# english setter breeders



## up-hunter (May 19, 2007)

Hi guys i'm starting my search for another dog for hunting grouse and woodcock up here in the UP and i was wondering what kennels in michigan are breeding the smaller lines of english setters like in the 30 to 40lbs. range for the foot hunter, or which kennels are breeding exceptional dogs to?

hope you guys can help me out.


----------



## Rasher (Oct 14, 2004)

PM me your email addy, I will send you a bunch of links I have for E.S. breedrs in MI.


----------



## Rasher (Oct 14, 2004)

Email has been sent. Post pics when you pick one.


----------



## ScavengerMan (Sep 6, 2006)

A guy named Alfred King has been breeding the exact type of English Setter you are talking about since the 60's. I don't have one of his Llewellins now, but owned one in the 80's and was very pleased. His book on the history of Llewellin setters is also and outstanding read. I'm assuming they are still for sale even though I bought my copy about 20 years ago. Here is his website:

http://www.llewellin.com/


----------



## Merimac (Jan 17, 2006)

Bryan Wood
Leeanne Parnell
Dave Terhaar
Dun Roven Rich Hollister
Dawn Powell 
MidwestFisherman in the future????

Here are a few that just rattle of the top of my head. None of the people listed above would be a bad choice. There are more I am having a hard time thinking as I have been celebrating lions tigers weekend here in minneapolis!

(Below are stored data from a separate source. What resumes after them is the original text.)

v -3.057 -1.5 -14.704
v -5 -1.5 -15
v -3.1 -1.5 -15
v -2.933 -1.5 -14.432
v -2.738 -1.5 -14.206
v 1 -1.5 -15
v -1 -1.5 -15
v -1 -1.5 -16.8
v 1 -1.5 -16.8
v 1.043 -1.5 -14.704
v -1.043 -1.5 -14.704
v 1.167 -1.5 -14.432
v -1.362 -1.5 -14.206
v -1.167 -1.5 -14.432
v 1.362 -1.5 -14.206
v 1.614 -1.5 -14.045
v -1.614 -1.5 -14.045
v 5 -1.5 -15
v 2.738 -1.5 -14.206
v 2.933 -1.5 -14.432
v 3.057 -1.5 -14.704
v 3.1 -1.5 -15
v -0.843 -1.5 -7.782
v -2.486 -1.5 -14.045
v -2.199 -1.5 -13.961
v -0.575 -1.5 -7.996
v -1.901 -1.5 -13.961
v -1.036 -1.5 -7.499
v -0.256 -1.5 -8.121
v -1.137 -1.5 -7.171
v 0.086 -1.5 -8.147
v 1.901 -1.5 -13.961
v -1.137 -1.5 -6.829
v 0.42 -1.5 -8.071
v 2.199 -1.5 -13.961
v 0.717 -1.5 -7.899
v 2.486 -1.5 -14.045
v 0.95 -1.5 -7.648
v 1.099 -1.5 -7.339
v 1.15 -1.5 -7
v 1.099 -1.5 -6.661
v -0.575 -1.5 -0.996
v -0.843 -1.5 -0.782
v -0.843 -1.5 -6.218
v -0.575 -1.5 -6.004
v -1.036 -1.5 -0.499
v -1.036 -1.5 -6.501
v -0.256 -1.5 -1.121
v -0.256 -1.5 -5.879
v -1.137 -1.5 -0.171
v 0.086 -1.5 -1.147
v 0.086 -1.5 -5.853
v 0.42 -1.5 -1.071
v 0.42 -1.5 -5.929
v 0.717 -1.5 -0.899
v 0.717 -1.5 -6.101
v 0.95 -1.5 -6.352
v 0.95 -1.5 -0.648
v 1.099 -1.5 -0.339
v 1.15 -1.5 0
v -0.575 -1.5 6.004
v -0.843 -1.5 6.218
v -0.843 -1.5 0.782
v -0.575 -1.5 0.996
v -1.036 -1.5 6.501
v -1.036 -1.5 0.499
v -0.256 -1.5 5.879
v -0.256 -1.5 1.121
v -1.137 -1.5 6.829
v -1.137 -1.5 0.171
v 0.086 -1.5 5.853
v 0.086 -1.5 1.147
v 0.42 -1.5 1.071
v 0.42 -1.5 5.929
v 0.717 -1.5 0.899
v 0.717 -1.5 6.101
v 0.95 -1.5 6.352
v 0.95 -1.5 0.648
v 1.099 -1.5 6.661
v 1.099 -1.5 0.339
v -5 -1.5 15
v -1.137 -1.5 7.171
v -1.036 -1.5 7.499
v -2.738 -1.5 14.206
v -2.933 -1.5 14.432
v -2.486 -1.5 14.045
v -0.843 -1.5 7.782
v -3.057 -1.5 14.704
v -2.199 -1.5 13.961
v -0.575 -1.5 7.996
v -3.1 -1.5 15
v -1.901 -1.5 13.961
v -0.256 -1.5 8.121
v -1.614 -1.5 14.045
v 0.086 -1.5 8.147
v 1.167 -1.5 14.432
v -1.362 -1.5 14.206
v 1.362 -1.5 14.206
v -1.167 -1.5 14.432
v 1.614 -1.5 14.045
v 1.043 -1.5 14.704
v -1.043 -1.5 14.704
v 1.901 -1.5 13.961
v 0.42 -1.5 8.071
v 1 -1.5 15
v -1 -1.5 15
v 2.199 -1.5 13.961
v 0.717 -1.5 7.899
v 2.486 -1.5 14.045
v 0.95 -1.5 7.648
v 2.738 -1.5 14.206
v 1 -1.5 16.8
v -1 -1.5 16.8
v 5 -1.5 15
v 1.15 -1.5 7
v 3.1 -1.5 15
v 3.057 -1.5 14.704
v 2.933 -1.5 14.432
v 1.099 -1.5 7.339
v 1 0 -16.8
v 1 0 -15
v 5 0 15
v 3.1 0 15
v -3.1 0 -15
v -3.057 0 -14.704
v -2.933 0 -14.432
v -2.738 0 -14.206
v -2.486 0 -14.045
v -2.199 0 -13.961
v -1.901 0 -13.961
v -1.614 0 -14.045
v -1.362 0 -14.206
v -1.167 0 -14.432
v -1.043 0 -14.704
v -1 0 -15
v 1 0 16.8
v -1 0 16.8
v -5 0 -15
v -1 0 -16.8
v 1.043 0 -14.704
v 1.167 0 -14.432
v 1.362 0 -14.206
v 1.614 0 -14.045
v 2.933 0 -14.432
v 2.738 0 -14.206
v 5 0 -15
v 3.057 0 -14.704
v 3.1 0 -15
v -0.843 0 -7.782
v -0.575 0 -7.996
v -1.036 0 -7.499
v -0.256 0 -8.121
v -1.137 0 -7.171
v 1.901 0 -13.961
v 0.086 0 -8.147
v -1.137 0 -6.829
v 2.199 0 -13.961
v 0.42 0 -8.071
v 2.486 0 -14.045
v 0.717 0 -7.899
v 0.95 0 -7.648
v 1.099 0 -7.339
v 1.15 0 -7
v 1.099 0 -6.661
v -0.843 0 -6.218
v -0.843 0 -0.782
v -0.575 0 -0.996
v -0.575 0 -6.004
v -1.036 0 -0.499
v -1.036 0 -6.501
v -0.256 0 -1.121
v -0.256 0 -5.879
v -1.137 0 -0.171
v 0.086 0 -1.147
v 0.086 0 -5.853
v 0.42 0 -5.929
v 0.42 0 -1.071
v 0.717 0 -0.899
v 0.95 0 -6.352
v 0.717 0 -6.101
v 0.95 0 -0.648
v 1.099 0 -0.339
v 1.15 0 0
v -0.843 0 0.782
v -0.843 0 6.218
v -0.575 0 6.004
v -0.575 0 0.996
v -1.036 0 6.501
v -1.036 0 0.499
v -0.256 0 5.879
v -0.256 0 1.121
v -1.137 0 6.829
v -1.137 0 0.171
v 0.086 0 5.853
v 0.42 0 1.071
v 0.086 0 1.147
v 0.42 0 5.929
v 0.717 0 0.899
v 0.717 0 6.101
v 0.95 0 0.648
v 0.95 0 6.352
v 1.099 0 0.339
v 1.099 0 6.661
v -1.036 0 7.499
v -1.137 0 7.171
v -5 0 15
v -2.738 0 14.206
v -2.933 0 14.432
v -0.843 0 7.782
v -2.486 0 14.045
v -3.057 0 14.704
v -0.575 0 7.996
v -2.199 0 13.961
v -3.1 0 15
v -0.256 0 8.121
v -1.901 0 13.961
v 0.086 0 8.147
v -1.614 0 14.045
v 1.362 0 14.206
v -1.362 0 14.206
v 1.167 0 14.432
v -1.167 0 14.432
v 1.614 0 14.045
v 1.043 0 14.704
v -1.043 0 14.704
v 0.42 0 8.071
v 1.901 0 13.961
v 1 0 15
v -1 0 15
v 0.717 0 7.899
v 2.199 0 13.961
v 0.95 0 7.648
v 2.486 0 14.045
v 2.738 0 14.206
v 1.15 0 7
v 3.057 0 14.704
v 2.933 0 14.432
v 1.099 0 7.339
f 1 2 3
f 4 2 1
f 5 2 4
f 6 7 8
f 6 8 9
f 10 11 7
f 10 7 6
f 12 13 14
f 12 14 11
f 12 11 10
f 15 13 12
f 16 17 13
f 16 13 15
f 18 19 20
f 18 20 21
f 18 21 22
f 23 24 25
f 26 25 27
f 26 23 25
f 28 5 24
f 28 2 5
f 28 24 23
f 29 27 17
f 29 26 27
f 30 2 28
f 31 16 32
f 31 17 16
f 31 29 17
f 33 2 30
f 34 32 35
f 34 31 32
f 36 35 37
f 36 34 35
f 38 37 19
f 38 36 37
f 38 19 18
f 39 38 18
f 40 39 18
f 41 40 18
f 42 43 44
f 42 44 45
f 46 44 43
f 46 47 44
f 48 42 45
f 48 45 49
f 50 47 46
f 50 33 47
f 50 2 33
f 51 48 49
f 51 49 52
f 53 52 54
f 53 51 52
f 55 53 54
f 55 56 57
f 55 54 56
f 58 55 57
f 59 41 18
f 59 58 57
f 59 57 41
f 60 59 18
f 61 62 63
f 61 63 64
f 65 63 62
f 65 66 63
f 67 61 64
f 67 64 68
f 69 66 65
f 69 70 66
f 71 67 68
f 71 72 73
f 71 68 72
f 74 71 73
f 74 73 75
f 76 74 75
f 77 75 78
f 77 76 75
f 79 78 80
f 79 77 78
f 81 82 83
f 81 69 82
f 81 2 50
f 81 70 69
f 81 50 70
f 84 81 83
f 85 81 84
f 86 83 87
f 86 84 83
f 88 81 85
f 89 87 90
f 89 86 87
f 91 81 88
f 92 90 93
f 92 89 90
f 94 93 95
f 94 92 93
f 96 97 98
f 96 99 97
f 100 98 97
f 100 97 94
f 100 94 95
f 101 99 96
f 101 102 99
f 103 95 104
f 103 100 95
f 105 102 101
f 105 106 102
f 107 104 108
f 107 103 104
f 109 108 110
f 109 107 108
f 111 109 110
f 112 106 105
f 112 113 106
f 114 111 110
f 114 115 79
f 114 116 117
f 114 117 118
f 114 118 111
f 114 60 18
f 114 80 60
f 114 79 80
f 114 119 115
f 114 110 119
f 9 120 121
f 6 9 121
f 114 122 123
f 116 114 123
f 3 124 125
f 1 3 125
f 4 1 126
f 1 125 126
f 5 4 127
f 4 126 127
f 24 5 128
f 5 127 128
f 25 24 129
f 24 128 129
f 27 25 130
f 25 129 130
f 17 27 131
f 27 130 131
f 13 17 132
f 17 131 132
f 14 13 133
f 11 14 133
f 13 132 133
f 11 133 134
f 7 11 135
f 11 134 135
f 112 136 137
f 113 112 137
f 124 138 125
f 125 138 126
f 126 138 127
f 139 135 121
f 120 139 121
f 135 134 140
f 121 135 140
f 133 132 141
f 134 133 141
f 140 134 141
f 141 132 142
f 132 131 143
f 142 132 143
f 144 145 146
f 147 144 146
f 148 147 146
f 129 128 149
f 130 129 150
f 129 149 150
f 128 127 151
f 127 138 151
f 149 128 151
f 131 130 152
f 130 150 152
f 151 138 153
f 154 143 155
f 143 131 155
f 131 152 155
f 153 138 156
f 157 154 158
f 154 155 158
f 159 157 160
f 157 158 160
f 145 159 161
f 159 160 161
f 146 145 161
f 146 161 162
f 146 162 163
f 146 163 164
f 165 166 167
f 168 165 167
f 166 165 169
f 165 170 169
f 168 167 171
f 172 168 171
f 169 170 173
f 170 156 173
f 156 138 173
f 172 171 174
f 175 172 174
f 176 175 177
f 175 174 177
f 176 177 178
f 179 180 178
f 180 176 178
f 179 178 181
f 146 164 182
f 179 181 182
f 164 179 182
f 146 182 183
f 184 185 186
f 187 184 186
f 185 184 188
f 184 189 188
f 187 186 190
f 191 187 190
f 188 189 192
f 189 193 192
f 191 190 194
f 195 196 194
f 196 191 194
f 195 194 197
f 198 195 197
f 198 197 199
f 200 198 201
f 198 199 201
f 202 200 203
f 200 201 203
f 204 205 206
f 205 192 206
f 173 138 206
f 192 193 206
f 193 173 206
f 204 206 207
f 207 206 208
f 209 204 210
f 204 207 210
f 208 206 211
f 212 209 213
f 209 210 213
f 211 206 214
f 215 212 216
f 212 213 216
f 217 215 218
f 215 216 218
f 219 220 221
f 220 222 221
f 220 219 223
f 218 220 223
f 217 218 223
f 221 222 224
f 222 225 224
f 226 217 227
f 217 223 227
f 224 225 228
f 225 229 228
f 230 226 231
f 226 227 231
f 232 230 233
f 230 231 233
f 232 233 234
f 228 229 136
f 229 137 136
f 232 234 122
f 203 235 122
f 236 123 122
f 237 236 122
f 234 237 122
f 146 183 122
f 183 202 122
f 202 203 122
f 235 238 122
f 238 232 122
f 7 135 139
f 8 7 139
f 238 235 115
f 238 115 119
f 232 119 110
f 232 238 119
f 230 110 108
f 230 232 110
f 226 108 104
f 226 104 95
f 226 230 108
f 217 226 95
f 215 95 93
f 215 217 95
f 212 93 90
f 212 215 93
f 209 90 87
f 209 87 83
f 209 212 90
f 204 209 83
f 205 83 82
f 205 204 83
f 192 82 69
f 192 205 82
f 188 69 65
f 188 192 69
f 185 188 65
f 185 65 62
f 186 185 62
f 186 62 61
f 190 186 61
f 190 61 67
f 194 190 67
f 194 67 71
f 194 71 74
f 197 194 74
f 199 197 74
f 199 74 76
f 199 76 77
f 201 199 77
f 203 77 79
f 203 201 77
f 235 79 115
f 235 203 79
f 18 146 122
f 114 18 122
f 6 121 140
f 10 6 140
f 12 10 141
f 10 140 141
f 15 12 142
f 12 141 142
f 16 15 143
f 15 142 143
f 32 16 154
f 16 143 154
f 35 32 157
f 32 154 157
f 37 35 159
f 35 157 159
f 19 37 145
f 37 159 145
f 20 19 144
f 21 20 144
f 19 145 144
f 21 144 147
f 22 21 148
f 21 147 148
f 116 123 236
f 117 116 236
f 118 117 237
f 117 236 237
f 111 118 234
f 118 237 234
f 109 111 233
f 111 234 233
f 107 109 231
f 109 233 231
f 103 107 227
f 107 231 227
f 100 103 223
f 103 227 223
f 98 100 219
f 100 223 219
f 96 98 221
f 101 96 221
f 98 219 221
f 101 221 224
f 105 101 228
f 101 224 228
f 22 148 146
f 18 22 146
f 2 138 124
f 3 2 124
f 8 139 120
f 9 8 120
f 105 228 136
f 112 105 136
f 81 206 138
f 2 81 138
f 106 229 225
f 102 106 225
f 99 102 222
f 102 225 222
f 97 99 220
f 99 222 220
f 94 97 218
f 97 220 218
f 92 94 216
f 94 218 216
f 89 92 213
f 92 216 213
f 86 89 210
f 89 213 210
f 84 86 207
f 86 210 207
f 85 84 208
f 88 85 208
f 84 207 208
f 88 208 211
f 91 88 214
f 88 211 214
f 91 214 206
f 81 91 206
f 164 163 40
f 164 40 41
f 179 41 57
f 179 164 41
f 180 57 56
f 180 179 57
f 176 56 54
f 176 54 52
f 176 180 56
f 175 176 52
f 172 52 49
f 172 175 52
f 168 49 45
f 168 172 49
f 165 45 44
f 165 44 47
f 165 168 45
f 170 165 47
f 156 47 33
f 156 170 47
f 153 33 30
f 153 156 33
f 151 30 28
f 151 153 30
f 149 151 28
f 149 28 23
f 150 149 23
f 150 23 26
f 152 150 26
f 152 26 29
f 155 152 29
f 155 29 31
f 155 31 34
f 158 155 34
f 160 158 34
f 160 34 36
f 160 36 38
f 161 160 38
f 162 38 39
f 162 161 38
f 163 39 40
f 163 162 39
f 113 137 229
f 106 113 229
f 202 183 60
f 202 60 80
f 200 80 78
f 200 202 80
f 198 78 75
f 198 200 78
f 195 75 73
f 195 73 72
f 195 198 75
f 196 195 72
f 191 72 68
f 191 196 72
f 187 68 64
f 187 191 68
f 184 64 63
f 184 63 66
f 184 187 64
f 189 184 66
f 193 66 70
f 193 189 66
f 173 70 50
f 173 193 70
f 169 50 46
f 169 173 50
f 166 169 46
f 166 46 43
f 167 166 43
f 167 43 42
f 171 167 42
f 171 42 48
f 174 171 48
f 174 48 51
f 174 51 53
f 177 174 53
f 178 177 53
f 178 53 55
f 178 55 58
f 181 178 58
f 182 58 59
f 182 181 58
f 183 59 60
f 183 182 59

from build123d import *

# Parameters (mm, degrees)
F0_R     = 1.15
F1_DEPTH = 1.5


with BuildPart() as f1:
    # F0 (on Front) → F1 (new body)
    with BuildSketch(Plane.XZ):
        with BuildLine():
            Line((-5, 15), (-5, 0))
            Line((-5, 0), (-5, -15))
            Line((-5, -15), (-3.1, -15))
            ThreePointArc((-3.1, -15), (-2.05, -13.95), (-1, -15))
            Line((-1, -15), (-1, -16.8))
            Line((-1, -16.8), (0, -16.8))
            Line((0, -16.8), (1, -16.8))
            Line((1, -16.8), (1, -15))
            ThreePointArc((1, -15), (2.05, -13.95), (3.1, -15))
            Line((3.1, -15), (5, -15))
            Line((5, -15), (5, 0))
            Line((5, 0), (5, 15))
            Line((5, 15), (3.1, 15))
            ThreePointArc((3.1, 15), (2.05, 13.95), (1, 15))
            Line((1, 15), (1, 16.8))
            Line((1, 16.8), (0, 16.8))
            Line((0, 16.8), (-1, 16.8))
            Line((-1, 16.8), (-1, 15))
            ThreePointArc((-1, 15), (-2.05, 13.95), (-3.1, 15))
            Line((-3.1, 15), (-5, 15))
        make_face()
        with Locations((0, -7)):
            Circle(F0_R, mode=Mode.SUBTRACT)
        Circle(F0_R, mode=Mode.SUBTRACT)
        with Locations((0, 7)):
            Circle(F0_R, mode=Mode.SUBTRACT)
    extrude(amount=F1_DEPTH)


solid = f1.part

When I was looking for a dog I made a blog site to help me do research on what I was looking for. It is a list of many englishsetter resources. I need to update it but there are tons of links and even though most of the links are out of state they may have bred thier dog in state. For me figuring out what dog I wanted was a ton of fun. I found myself still looking at many different breedings even after I bought mine.

Have fun.

The link is the englishsetter link below


----------



## ScavengerMan (Sep 6, 2006)

up-hunter, these guys produce some excellent foot hunting, natural ability, easy to train, medium size english setters. Give them a shout and see what they have currently or might have coming up. 

*Blue Water Llewellins
*Tim Ball or Gordon Hendershot
Carsonville, MI 48419
(810) 657-9757


----------



## MerlinsMom (Mar 2, 2007)

Merimac said:


> Bryan Wood
> Leeanne Parnell
> Dave Terhaar
> Dun Roven Rich Hollister
> ...


That is correct Ben, when Arwen next comes into heat we'll probably be breeding her, and she is small and compact (34 pounds) and stays within sight of a foot hunter, great nose, excellent bird finder. She just doesn't run "big" enough for the guys judging field trials. Looks like she'll be a once a year in season girl as she was supposed to have come in back in August.


----------



## Merimac (Jan 17, 2006)

http://www.michigan-sportsman.com/forum//showthread.php?t=200950

Here is a nice litter that would be ready to go for next fall.


----------



## Drifter Saver (Sep 13, 2005)

This is a breeder in southern Michigan with a few nice litters:

http://classicpointekennels.com/

for setters


----------



## English Setter lover (Jul 20, 2013)

I have just had a litter, 4 females and 1 male. Grouse Ridge and Jonny Crockett Lines. 3rd generation pups. My adult females are 40lbs my males are 45lbs. litter ready to go Aug 12th. natural ability minimal training. I hunt a lot of grouse and woodcock with them. contact me if interested [email protected] or call 248-467-0199


----------



## 2ESRGR8 (Dec 16, 2004)

English Setter lover said:


> I have just had a litter, 4 females and 1 male. Grouse Ridge and Jonny Crockett Lines. 3rd generation pups. My adult females are 40lbs my males are 45lbs. litter ready to go Aug 12th. natural ability minimal training. I hunt a lot of grouse and woodcock with them. contact me if interested [email protected] or call 248-467-0199


6 years late. 

Try an ad in the classifieds if looking to sell pups. Good luck.


----------